Analysis of Intracranial Electroencephalography for Prediction of Epileptic Seizure

Abstract

Epilepsy is one of the most common and devastating neurologic diseases, which affects over 70 million people around the world. For some patients, it can be managed with antiepileptic drugs. However, 20 to 30% of them would likely get worse after the initial improvement, and some may even remain refractory to the current medicine. Predicting seizures enough in advance could allow patients or caretakers to take appropriate actions and therefore, reduce the risk of injury. This work focused on time-domain features to achieve discriminative information about EEG signals and at a lower CPU cost. Thus, Kruskal Wallis, a non-parametric approach, was found to perform better than other approaches due to its less resource consumption strategy while maintaining the highest Matthews’s Correlation Coefficient (MCC) score. The performance of Kruskal Wallis may suggest considering the importance of univariate features like complexity and interquartile ratio along with auto regressive model parameters and maximum cross-correlation. Furthermore, it has been demonstrated that dividing EEG to sub-bands will provide more discriminative information and that a 2-second window length provides the highest MCC score while dealing with the non-stationary behaviour of EEG signal for this window length.

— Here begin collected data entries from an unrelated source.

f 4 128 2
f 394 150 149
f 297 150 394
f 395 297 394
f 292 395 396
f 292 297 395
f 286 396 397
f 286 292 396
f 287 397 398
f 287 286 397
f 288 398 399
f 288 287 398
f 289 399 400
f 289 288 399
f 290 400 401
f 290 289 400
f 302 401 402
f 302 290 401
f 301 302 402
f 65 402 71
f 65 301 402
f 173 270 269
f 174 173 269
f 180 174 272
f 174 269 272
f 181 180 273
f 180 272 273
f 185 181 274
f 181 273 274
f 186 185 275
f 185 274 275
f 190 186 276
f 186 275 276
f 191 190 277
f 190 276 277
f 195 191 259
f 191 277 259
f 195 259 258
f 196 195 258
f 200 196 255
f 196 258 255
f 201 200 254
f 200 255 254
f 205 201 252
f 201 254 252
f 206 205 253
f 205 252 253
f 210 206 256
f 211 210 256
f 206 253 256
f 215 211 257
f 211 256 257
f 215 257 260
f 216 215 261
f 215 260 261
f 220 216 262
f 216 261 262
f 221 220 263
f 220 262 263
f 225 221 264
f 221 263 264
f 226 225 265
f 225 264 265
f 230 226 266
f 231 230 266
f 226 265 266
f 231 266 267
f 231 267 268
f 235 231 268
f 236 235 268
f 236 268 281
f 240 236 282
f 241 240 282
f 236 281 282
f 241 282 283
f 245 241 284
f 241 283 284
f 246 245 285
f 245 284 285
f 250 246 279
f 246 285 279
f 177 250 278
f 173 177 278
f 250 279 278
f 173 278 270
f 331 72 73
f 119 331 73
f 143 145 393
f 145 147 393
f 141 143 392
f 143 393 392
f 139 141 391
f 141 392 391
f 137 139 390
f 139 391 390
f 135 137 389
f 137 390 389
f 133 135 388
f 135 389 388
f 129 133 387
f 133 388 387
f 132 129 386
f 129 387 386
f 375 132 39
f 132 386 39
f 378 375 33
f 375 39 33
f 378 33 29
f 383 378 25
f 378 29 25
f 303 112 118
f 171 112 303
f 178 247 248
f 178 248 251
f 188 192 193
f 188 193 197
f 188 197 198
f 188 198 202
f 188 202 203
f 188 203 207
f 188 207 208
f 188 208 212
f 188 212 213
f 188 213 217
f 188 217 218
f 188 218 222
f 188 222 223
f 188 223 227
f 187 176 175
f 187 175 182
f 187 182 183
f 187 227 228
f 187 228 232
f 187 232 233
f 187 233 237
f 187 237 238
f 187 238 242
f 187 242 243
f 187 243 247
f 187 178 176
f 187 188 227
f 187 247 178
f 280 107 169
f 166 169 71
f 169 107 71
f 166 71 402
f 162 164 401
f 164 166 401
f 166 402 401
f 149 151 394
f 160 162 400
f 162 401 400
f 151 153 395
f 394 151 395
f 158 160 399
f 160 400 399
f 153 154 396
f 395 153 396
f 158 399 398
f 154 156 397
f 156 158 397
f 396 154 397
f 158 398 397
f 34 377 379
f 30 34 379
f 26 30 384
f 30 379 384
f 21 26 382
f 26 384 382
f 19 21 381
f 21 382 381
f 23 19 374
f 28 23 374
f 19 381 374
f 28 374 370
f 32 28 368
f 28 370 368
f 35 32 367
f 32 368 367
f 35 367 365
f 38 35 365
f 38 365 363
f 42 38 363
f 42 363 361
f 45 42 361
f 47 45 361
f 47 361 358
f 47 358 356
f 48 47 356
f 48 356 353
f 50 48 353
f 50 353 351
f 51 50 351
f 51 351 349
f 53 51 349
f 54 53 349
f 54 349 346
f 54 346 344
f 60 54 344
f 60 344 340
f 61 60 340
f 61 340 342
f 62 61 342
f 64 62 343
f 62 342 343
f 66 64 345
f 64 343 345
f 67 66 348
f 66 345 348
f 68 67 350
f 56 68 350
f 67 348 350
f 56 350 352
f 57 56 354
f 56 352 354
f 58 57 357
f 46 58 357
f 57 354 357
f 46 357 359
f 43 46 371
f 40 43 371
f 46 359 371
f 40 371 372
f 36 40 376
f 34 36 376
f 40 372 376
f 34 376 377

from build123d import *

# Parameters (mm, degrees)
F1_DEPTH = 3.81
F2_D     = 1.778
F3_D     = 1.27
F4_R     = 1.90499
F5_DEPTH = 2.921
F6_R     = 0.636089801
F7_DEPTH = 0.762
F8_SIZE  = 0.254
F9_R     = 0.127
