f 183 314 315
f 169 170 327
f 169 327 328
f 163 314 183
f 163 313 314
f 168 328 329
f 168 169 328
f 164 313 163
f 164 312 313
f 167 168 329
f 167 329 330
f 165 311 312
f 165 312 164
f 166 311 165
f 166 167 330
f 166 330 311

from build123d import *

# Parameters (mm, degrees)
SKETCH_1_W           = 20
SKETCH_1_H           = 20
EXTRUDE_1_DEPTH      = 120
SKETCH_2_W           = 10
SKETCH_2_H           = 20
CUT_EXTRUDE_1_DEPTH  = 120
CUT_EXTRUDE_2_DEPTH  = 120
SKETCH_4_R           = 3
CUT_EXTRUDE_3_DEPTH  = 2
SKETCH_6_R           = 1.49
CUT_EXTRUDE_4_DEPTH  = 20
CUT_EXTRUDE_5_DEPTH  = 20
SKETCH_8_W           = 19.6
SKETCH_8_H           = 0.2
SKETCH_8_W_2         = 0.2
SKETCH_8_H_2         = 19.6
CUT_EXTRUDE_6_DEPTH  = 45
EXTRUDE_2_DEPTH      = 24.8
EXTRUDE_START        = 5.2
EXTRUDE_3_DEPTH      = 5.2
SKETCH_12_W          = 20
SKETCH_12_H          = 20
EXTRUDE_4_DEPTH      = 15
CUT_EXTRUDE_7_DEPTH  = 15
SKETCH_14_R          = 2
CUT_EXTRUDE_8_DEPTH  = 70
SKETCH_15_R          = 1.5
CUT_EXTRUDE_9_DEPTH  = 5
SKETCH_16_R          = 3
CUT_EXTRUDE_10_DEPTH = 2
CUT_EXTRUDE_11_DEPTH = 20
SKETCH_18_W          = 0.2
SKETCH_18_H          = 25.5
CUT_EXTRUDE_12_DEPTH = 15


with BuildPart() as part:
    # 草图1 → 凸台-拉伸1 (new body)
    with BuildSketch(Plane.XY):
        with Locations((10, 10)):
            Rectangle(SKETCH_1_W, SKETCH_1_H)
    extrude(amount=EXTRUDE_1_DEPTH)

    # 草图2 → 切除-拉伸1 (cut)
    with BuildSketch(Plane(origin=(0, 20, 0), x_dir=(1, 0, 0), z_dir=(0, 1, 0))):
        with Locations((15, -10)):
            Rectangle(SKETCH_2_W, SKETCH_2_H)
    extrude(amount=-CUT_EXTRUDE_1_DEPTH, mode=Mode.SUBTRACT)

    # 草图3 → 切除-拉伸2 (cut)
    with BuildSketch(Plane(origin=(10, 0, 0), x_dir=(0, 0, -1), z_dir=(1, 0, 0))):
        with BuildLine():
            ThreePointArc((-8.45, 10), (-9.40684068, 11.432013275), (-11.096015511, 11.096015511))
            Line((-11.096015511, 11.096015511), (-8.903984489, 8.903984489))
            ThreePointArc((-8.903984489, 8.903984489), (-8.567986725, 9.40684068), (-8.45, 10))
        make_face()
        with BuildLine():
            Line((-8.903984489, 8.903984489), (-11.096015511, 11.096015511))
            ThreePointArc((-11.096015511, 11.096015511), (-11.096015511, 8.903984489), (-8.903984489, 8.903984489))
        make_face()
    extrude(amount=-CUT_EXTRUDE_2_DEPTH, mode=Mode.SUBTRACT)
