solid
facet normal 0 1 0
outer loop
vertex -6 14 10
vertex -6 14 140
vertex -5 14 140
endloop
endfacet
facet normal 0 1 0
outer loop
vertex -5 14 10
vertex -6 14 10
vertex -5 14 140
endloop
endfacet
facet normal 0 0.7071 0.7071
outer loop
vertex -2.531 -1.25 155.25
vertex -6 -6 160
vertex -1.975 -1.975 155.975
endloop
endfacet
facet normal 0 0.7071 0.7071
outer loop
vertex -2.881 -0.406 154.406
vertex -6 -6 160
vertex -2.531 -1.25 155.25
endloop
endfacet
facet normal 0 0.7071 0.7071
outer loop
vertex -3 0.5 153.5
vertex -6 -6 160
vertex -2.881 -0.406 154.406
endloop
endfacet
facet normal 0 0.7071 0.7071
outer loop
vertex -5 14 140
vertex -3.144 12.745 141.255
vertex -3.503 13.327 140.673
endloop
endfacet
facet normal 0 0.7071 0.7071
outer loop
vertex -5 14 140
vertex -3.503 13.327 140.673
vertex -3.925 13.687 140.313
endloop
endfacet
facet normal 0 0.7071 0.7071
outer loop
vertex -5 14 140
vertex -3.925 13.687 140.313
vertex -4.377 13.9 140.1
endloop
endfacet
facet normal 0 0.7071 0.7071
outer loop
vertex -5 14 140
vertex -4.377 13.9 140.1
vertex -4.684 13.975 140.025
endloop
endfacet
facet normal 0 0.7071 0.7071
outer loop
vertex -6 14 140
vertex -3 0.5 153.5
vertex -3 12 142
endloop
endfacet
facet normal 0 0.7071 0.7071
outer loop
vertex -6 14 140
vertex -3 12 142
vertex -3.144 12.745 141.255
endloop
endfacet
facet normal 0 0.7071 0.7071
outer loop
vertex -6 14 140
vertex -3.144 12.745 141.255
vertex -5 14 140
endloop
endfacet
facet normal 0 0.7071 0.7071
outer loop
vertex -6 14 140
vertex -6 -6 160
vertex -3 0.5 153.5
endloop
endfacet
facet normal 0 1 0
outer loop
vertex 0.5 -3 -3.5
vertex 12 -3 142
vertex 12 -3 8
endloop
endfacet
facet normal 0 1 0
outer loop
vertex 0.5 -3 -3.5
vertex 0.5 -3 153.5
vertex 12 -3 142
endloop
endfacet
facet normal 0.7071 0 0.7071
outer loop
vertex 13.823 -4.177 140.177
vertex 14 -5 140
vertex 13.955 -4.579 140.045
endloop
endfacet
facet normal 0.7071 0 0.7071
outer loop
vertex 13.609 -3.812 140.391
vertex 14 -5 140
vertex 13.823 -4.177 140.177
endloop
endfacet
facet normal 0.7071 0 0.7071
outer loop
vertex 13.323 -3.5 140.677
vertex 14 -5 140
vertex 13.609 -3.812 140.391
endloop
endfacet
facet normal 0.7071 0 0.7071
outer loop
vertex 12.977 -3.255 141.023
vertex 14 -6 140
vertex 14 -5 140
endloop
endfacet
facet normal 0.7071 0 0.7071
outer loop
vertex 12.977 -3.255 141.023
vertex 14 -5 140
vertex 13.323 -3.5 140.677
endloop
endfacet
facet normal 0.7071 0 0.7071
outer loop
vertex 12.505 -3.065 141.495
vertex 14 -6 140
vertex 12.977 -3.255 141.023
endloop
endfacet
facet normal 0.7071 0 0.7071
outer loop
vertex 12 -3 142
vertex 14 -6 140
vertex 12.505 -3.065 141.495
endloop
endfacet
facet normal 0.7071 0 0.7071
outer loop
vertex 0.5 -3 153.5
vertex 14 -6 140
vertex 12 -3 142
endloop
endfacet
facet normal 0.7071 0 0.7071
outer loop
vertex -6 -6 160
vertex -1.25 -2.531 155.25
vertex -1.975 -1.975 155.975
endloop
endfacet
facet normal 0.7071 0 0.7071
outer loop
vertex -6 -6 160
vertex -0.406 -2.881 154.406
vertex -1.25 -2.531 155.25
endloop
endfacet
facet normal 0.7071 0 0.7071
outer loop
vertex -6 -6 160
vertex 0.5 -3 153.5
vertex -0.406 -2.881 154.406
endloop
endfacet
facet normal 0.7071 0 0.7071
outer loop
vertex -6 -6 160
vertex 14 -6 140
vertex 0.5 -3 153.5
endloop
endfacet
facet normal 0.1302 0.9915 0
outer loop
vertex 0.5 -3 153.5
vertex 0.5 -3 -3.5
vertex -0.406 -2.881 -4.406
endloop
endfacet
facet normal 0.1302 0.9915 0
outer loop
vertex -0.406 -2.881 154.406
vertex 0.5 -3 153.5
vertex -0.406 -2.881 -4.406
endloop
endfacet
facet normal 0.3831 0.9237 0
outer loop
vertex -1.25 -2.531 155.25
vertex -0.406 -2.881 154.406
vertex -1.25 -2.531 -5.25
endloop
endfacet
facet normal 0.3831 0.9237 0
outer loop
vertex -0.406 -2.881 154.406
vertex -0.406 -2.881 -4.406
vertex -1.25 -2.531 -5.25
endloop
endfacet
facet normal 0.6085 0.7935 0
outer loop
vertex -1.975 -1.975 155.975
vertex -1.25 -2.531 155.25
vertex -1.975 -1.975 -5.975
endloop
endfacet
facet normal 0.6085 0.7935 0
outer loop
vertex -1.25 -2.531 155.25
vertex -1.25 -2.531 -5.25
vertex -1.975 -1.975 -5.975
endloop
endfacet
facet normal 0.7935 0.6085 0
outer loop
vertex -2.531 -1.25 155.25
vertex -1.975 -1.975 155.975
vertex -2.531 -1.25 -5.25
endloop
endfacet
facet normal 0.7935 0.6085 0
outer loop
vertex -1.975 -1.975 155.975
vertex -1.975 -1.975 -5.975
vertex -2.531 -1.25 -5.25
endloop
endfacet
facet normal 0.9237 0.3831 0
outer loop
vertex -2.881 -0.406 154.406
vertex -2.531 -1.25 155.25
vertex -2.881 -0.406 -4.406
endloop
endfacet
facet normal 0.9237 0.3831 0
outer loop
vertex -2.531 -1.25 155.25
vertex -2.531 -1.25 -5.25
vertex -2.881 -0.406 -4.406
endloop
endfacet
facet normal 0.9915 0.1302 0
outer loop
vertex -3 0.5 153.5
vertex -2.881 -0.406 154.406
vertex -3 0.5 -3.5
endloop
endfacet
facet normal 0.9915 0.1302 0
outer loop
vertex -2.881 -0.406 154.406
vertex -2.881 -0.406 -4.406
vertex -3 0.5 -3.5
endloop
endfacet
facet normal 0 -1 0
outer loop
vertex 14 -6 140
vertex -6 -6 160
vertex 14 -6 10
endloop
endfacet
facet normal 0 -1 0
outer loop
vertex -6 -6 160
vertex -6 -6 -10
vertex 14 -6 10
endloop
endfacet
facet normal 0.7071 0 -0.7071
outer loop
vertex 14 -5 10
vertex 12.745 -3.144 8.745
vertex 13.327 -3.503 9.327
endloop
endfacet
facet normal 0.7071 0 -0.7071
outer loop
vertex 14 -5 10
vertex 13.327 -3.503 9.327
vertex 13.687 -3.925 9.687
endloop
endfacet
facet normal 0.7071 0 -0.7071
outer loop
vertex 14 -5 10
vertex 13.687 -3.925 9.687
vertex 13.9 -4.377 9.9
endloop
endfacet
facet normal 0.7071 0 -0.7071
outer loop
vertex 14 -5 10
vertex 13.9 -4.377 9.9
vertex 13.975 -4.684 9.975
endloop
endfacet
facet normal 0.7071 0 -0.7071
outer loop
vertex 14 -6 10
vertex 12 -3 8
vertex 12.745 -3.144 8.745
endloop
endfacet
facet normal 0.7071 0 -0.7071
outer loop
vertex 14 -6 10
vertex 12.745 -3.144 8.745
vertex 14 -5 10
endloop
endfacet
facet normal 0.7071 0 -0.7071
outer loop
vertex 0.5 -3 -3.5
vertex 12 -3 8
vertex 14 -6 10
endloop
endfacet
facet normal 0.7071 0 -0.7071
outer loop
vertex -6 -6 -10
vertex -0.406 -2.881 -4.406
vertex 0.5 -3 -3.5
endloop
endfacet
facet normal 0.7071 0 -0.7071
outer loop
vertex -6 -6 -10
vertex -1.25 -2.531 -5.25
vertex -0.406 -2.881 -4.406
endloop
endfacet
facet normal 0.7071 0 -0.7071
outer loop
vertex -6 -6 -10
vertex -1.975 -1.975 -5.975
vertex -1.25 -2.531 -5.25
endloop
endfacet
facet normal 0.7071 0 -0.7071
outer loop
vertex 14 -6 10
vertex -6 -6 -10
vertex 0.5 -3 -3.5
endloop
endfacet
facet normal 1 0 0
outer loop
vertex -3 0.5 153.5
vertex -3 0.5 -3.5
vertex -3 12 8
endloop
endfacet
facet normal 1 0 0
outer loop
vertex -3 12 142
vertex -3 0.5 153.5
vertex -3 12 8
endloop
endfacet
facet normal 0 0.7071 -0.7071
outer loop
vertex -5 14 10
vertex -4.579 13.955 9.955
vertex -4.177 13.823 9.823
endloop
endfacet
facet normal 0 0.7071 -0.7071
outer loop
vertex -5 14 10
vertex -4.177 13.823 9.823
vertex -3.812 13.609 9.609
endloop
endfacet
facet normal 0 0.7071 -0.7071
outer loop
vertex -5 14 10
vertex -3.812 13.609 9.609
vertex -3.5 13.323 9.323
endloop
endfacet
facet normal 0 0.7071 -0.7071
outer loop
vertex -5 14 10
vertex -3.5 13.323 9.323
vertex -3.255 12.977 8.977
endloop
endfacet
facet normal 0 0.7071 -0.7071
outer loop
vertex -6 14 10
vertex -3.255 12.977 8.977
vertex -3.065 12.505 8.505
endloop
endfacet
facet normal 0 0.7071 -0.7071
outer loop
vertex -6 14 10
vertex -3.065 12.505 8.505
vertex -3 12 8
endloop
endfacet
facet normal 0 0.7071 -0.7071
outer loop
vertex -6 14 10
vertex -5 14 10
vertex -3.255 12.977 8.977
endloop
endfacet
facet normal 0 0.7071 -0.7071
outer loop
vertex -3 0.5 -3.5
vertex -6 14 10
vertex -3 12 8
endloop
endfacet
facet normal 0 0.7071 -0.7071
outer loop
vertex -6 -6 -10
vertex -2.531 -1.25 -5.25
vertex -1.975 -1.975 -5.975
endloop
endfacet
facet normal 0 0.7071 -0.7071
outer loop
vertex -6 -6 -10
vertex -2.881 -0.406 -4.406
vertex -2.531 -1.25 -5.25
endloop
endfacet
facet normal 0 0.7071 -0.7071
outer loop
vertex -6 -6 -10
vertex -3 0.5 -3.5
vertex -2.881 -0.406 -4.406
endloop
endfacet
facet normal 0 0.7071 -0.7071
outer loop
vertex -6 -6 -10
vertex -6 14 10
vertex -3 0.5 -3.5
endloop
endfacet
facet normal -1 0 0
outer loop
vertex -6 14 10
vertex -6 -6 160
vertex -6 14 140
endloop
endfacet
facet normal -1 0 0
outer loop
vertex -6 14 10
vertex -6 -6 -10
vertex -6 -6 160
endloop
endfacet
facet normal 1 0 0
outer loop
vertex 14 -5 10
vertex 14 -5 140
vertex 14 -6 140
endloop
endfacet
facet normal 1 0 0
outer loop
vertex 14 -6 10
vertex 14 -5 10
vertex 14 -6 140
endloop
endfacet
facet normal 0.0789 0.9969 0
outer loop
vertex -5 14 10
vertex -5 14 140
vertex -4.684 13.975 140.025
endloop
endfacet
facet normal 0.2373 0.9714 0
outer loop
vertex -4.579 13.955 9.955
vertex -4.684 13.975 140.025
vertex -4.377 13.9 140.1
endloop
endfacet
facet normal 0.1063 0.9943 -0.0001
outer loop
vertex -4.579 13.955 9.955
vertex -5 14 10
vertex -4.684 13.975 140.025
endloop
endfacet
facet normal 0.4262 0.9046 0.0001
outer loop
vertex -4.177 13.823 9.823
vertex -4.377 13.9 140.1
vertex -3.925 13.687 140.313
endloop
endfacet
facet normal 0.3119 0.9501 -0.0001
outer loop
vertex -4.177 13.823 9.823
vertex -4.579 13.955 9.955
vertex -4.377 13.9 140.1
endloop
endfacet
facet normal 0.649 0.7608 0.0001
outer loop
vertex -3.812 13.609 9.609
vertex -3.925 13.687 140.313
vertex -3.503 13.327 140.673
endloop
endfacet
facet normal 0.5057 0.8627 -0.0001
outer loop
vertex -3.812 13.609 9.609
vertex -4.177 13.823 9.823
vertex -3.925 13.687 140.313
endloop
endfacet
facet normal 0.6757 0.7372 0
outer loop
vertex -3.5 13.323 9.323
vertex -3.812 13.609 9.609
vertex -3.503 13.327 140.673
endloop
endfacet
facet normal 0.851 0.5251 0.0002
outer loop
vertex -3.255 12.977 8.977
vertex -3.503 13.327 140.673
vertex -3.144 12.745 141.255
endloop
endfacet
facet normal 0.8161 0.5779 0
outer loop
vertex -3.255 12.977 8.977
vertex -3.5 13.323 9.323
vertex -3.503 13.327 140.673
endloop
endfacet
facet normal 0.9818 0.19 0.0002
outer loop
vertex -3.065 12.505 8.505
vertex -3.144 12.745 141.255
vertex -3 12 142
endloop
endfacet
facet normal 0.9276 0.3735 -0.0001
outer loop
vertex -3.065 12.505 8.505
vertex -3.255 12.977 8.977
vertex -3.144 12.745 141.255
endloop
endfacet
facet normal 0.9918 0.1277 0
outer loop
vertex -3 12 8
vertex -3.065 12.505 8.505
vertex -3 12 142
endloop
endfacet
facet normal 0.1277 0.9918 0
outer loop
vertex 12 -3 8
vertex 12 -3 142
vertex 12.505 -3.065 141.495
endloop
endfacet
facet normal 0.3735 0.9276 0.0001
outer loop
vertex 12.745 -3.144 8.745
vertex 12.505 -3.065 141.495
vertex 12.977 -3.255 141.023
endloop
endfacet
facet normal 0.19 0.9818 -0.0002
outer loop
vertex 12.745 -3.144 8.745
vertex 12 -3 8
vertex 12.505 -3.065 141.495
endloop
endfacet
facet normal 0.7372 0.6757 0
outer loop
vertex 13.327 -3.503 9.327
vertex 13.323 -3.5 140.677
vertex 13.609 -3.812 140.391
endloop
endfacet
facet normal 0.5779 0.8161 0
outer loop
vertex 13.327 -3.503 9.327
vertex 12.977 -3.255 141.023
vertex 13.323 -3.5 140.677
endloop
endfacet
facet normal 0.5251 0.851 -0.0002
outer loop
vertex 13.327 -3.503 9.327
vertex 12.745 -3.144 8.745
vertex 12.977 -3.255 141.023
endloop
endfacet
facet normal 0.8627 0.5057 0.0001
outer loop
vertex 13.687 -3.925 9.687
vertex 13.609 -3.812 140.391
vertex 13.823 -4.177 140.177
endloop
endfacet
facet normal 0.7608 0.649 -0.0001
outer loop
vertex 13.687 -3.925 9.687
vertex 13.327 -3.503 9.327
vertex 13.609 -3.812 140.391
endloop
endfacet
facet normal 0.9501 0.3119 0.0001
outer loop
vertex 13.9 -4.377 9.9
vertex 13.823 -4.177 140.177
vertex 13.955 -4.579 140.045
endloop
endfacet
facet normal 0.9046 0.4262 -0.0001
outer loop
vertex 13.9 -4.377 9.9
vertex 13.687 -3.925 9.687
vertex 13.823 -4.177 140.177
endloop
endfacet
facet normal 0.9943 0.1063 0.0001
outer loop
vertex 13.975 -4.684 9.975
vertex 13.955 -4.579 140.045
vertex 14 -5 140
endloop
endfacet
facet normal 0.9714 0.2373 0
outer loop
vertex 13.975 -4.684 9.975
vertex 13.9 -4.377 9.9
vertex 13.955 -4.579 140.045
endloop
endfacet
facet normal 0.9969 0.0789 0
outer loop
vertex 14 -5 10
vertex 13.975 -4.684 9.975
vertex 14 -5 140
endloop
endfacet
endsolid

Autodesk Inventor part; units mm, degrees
ref_plane "Start plane" through (0, 0, -10) normal (0, 0, 1) x (1, 0, 0)
ref_plane "End plane" through (0, 0, 160) normal (0, 0, 1) x (1, 0, 0)
sketch "Sketch" plane through (0, 0, 0) normal (0, 0, 1) x (1, 0, 0)
  line L0 (-3, 0.5) -> (-3, 12)
  line L1 (-6, 14) -> (-5, 14)
  line L2 (-6, -6) -> (-6, 14)
  line L3 (-6, -6) -> (14, -6)
  line L4 (14, -5) -> (14, -6)
  line L5 (0.5, -3) -> (12, -3)
  arc A0 (-3, 0.5) -> (0.5, -3) centre (0.5, 0.5) ccw
  arc A1 (-3, 12) -> (-5, 14) centre (-5, 12) ccw
  arc A2 (14, -5) -> (12, -3) centre (12, -5) ccw
  line L6 (0, 18.4971) -> (0, -10.0828) construction
  line L7 (-10.0828, 0) -> (18.4971, 0) construction
  point P0 (-3, -3)
  point P1 (-3, 14)
  point P2 (14, -3)
  dimension "d4" = 20
  dimension "d6" = 20
  dimension "d8" = 3
  dimension "d10" = 3
  dimension "d17" = 3.5
  dimension "d18" = 2
  dimension "d19" = 6
  dimension "d20" = 6
extrude "Body" add sketch "Sketch" along normal up to surface (170 mm away) from surface at -10
sketch "Sketch3" plane through (0, 0, 0) normal (0, 0, 1) x (1, 0, 0)
  line L0 (0, 0) -> (10, 0)
ref_plane "Work Plane10" through (0, 0, 0) normal (0, -1, 0) x (1, 0, 0)
sketch "Sketch4" plane through (0, 0, 0) normal (0, -1, 0) x (1, 0, 0)
  line L0 (-2, -10) -> (12, -10)
  line L1 (-2, 160) -> (12, 160)
  dimension "d24" = 170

Consequently, the obtained results from 2-s window were fed to a binary (Extreme Gradient Boosting) classifier and the posterior probability of the test data extracted. The probabilistic framework requires the mean and maximum probability of the non-seizure and the seizure occurrence period segments. Once all these parameters were set for each patient, the medical decision maker can send alarm based on well-defined thresholds. While finding a unique model for all patients is really challenging, our modelling results demonstrated that the proposed algorithm can be an efficient tool for reliable and clinically relevant seizure forecasting. Using iEEG signals, the proposed algorithm is capable of forecasting seizures, informing a patient about 75 minutes before a seizure would occur, a period large enough for patients to take practical actions to minimize the potential impacts of the seizure. The proposed tool aims to be implemented in a low power portable device by considering few simple time-domain features for a specific sub-band. It should be noted that there are not many publications investigating frontal lobe epilepsy, making the findings in this work promising results.